By Annie Jones, Herbalist
There are many ways to look at herbs and how to use them. When I first trained in Herbal Medicine, we learned the typical western model of “this is good for that.” This model isn’t much different from the Western Allopathic Medical model and strives to use herbs like little medicines. Each herb was studied in depth; we learned a lot about chemical constituents, herbal actions and western anatomy. All was great and useful information.
Still there were many unanswered questions. If you go to an herb book and look up a single condition, say arthritis or joint pain, the list of herbs given is staggering. The list is even longer if you look up something like anti-inflammatory herbs. How is a person to know which herbs to choose? After 3 years of study, I felt like I knew less than when I began.
At the same time in my life, I was practicing yoga and studying for my first 500-hour yoga certificate. The course I went to was good. We studied in a similar way as above. This posture is good for that. Like a prescription for different ailments, illness was addressed by stretching different muscles. Again I had many questions. It seemed like something very important was missing. Just how do we use this information to find true, lasting wellness for ourselves and others?

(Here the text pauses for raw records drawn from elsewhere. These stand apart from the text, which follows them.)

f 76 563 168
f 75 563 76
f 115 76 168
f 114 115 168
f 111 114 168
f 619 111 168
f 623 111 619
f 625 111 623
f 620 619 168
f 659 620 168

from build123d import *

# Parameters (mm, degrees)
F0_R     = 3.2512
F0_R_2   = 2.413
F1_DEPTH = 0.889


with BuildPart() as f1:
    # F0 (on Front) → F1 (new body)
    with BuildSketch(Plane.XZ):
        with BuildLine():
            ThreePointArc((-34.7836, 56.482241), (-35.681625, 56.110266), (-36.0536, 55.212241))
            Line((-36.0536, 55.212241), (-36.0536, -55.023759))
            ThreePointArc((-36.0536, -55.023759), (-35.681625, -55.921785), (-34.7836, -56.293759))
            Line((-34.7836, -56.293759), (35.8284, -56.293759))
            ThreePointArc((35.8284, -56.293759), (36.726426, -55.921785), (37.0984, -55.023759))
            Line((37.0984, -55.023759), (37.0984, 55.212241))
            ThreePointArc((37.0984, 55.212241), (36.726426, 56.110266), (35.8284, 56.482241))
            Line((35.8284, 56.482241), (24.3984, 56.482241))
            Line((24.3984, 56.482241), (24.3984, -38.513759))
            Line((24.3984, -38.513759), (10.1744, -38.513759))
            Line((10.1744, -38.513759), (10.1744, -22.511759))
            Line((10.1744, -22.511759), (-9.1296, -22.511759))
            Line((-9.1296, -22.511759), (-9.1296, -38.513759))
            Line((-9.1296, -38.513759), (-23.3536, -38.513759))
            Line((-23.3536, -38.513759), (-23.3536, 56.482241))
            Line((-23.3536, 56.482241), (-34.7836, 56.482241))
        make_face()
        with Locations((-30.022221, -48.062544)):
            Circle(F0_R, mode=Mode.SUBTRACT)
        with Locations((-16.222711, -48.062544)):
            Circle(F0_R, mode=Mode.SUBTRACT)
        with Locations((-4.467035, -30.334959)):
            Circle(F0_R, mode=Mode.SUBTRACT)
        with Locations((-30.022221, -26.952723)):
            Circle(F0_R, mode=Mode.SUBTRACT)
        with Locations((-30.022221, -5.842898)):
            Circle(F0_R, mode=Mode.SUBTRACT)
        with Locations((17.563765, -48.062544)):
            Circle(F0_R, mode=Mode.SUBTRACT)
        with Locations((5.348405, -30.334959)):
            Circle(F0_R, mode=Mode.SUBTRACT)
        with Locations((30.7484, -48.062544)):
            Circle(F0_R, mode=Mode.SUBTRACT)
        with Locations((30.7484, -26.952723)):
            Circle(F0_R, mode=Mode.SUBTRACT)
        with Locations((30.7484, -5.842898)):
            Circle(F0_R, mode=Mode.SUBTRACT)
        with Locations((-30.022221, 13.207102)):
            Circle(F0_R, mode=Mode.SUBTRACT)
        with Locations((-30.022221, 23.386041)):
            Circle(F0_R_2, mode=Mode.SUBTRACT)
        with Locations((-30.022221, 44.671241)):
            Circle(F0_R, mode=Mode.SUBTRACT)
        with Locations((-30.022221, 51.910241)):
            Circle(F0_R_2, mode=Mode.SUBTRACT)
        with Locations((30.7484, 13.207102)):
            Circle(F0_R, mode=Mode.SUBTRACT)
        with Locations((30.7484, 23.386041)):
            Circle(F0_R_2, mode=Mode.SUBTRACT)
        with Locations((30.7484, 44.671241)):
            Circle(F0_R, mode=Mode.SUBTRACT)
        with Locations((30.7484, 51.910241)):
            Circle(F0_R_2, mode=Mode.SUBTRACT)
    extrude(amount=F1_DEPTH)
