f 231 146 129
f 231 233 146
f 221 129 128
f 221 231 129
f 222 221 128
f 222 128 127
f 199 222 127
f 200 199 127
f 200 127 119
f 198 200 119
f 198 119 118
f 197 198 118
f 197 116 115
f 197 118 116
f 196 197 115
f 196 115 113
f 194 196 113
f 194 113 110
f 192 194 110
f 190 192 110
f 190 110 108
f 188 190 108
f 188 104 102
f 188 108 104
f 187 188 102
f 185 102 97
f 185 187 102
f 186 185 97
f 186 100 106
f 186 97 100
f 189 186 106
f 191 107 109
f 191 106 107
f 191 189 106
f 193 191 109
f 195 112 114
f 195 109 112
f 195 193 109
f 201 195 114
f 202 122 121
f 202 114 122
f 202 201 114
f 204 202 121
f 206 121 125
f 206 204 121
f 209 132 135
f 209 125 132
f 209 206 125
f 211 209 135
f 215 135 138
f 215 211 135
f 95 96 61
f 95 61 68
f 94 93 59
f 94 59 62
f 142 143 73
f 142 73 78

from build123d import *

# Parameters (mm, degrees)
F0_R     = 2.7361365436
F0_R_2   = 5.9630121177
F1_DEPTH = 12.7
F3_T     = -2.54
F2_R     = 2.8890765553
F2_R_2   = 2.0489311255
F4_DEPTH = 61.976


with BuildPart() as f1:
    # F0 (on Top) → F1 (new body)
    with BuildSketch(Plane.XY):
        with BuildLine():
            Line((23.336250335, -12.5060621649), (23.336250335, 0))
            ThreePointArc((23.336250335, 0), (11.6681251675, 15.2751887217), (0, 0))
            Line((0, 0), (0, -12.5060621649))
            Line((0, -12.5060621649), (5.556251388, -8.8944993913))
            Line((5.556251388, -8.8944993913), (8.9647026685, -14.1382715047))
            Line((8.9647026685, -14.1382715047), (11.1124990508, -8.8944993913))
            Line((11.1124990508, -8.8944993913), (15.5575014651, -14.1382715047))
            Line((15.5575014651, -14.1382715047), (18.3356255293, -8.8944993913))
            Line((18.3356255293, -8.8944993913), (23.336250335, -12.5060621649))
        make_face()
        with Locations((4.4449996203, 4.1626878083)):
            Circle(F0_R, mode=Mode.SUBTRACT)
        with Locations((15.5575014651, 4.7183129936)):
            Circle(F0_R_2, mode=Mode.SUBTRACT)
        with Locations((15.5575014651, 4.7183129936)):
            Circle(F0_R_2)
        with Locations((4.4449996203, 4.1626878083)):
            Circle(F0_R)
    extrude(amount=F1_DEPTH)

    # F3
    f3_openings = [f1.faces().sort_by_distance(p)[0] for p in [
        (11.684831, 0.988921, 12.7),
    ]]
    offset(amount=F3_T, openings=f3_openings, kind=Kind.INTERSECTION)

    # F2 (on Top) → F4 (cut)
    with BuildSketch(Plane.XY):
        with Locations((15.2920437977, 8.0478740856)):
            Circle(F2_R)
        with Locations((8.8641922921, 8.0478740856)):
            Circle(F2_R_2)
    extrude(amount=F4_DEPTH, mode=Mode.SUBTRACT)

Continuing my quest, I was introduced to the healing yoga lineage of T. Krishnamacharya and TKV Desikachar. After attending my first few seminars, I understood that I knew very little. Truth be told, I still feel that way sometimes. There is always more to learn.
Over the next several years, I studied yoga as a healing modality and catalyst for practical change. Studying philosophy, Ayurveda, healing energetics, subtle anatomy, meditation, the use of sound in healing, how to personalize a program to fit the individual, and so much more. Eventually it all began to fit together and make sense. I now understand which herbs or practices are best suited to individual people and how to help facilitate lasting healing and change. Some of the most important things I’ve learned about healing are?
• There is always hope
• True change comes from within.
• We are more than our physical body.
• We are what we think we are.
• We are a product of our environment.
• Life is meant to be joyous.
• We as individuals have to be willing to make changes in our lives, to make room for change.
The principles and theories we’ll discuss in this blog aren’t new, in fact they are as old as time. Another thing to remember is that western science and herbal medicine are not at odds with one another. We don’t have to choose one or the other. Herbal therapies, lifestyle modification, Yoga and in fact most “alternative therapies” are complimentary with the western medical model and each other. Each has benefit and all come together for the benefit of the whole.